1.What is the maximum resolution of your eyes (assume the wavelength range that your eyes are sensitive to is 300 – 700 nm and that your iris is ½ cm in diameter.
2.What size eye would be required to see in the radio with the same maximum resolution of your eyes? (use 21 cm for the wavelength of typical radio waves)
3.What is the maximum resolution of the VLBA (longest baseline = 5000 m) at a wavelength of 21 cm?

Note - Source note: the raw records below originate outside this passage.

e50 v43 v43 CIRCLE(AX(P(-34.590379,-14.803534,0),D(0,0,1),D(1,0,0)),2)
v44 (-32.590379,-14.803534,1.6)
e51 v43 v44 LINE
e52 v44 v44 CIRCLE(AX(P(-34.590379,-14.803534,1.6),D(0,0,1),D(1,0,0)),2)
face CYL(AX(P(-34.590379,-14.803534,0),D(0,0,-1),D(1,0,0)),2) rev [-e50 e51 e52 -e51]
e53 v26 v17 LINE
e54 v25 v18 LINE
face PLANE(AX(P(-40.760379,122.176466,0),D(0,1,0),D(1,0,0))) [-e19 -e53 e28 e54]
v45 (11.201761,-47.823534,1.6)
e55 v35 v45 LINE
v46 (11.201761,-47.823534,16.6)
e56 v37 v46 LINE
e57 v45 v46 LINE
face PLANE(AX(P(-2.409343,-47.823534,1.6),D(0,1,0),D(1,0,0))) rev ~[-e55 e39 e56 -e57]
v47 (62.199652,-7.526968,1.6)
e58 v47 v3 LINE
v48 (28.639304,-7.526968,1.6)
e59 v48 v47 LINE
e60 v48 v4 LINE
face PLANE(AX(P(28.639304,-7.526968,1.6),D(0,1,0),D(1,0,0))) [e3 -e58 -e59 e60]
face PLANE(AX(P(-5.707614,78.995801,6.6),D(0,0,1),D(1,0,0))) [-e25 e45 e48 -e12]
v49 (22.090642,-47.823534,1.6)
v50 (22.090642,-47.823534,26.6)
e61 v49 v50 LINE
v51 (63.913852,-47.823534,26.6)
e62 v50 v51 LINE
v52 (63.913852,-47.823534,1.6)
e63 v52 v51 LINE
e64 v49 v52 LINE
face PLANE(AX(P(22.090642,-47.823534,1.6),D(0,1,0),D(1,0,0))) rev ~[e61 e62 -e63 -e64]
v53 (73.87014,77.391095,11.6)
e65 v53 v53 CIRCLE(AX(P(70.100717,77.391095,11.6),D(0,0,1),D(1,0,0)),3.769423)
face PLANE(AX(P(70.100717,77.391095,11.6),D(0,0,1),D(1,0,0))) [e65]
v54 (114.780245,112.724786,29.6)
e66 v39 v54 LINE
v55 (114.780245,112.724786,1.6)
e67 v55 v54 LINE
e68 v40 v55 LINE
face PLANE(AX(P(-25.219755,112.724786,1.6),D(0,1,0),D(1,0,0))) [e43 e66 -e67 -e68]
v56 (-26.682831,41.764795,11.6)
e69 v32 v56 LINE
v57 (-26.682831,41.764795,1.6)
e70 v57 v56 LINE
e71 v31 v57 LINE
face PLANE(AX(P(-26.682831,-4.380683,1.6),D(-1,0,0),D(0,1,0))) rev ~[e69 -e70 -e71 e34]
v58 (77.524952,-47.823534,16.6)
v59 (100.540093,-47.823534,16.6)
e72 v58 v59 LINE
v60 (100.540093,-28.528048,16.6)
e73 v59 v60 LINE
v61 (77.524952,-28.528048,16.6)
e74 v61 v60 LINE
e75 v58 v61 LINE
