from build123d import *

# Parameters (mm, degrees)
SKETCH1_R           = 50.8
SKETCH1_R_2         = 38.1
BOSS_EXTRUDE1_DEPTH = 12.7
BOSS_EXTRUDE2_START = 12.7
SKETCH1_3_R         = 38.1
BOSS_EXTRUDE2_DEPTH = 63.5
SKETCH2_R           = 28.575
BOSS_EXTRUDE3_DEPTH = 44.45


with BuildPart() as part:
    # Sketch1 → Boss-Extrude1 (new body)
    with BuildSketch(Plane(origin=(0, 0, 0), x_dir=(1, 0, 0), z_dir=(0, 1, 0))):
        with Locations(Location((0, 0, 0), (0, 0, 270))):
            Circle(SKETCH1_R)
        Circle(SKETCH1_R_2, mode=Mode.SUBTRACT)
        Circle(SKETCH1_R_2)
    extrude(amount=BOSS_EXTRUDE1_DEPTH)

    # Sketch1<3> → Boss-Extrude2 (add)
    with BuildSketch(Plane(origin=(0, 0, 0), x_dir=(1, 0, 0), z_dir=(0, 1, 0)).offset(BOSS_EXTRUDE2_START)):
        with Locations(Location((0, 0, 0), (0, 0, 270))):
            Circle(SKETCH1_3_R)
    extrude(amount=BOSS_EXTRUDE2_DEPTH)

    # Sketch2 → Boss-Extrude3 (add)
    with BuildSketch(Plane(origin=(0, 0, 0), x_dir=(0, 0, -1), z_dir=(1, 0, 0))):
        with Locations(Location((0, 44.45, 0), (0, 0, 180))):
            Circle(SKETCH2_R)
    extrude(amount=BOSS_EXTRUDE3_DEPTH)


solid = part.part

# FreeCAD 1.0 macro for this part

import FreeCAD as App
import Part
import Sketcher
from FreeCAD import Vector
Q = App.Units.Quantity

doc = App.newDocument("Part")
body = doc.addObject("PartDesign::Body", "Body")

# Sketch on XZ plane
sketch1 = doc.addObject("Sketcher::SketchObject", "Sketch")
body.addObject(sketch1)
sketch1.AttachmentSupport = (doc.XZ_Plane, [""])
sketch1.MapMode = "FlatFace"
sketch1.addGeometry(Part.Circle(Vector(0, 0, 0), Vector(0, 0, 1), 50.8), False)
sketch1.addConstraint(Sketcher.Constraint("Coincident", 0, 3, -1, 1))
sketch1.addConstraint(Sketcher.Constraint("Diameter", 0, Q("4 in")))
pad1 = doc.addObject("PartDesign::Pad", "Pad")
body.addObject(pad1)
pad1.Profile = sketch1
pad1.Length = Q("0.5 in")
pad1.Reversed = True

# Sketch on XZ plane
sketch2 = doc.addObject("Sketcher::SketchObject", "Sketch001")
body.addObject(sketch2)
sketch2.AttachmentSupport = (doc.XZ_Plane, [""])
sketch2.MapMode = "FlatFace"
sketch2.AttachmentOffset = App.Placement(Vector(0, 0, -0.5 * 25.4), App.Rotation())
sketch2.addGeometry(Part.Circle(Vector(0, 0, 0), Vector(0, 0, 1), 38.1), False)
sketch2.addConstraint(Sketcher.Constraint("Coincident", 0, 3, -1, 1))
sketch2.addConstraint(Sketcher.Constraint("Diameter", 0, Q("3 in")))
pad2 = doc.addObject("PartDesign::Pad", "Pad001")
body.addObject(pad2)
pad2.Profile = sketch2
pad2.Length = Q("2.5 in")
pad2.Reversed = True

# Sketch on YZ plane
sketch3 = doc.addObject("Sketcher::SketchObject", "Sketch002")
body.addObject(sketch3)
sketch3.AttachmentSupport = (doc.YZ_Plane, [""])
sketch3.MapMode = "FlatFace"
sketch3.addGeometry(Part.Circle(Vector(44.45, 0, 0), Vector(0, 0, 1), 28.575), False)
sketch3.addConstraint(Sketcher.Constraint("PointOnObject", 0, 3, -1))
sketch3.addConstraint(Sketcher.Constraint("Diameter", 0, Q("2.25 in")))
sketch3.addConstraint(Sketcher.Constraint("DistanceX", -1, 1, 0, 3, Q("1.75 in")))
pad3 = doc.addObject("PartDesign::Pad", "Pad002")
body.addObject(pad3)
pad3.Profile = sketch3
pad3.Length = Q("1.75 in")

doc.recompute()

What is your thinking? We will be happy to critique your work.
did anyone post an asnwer for this?
whats the answer please...
1. To determine the maximum resolution of human eyes, we need to consider the concept of angular resolution. The angular resolution is the smallest angle that two points can be separated by and still be perceived as separate by the eyes.
The formula for calculating angular resolution is given by:
Angular Resolution = 1.22 × (wavelength / diameter)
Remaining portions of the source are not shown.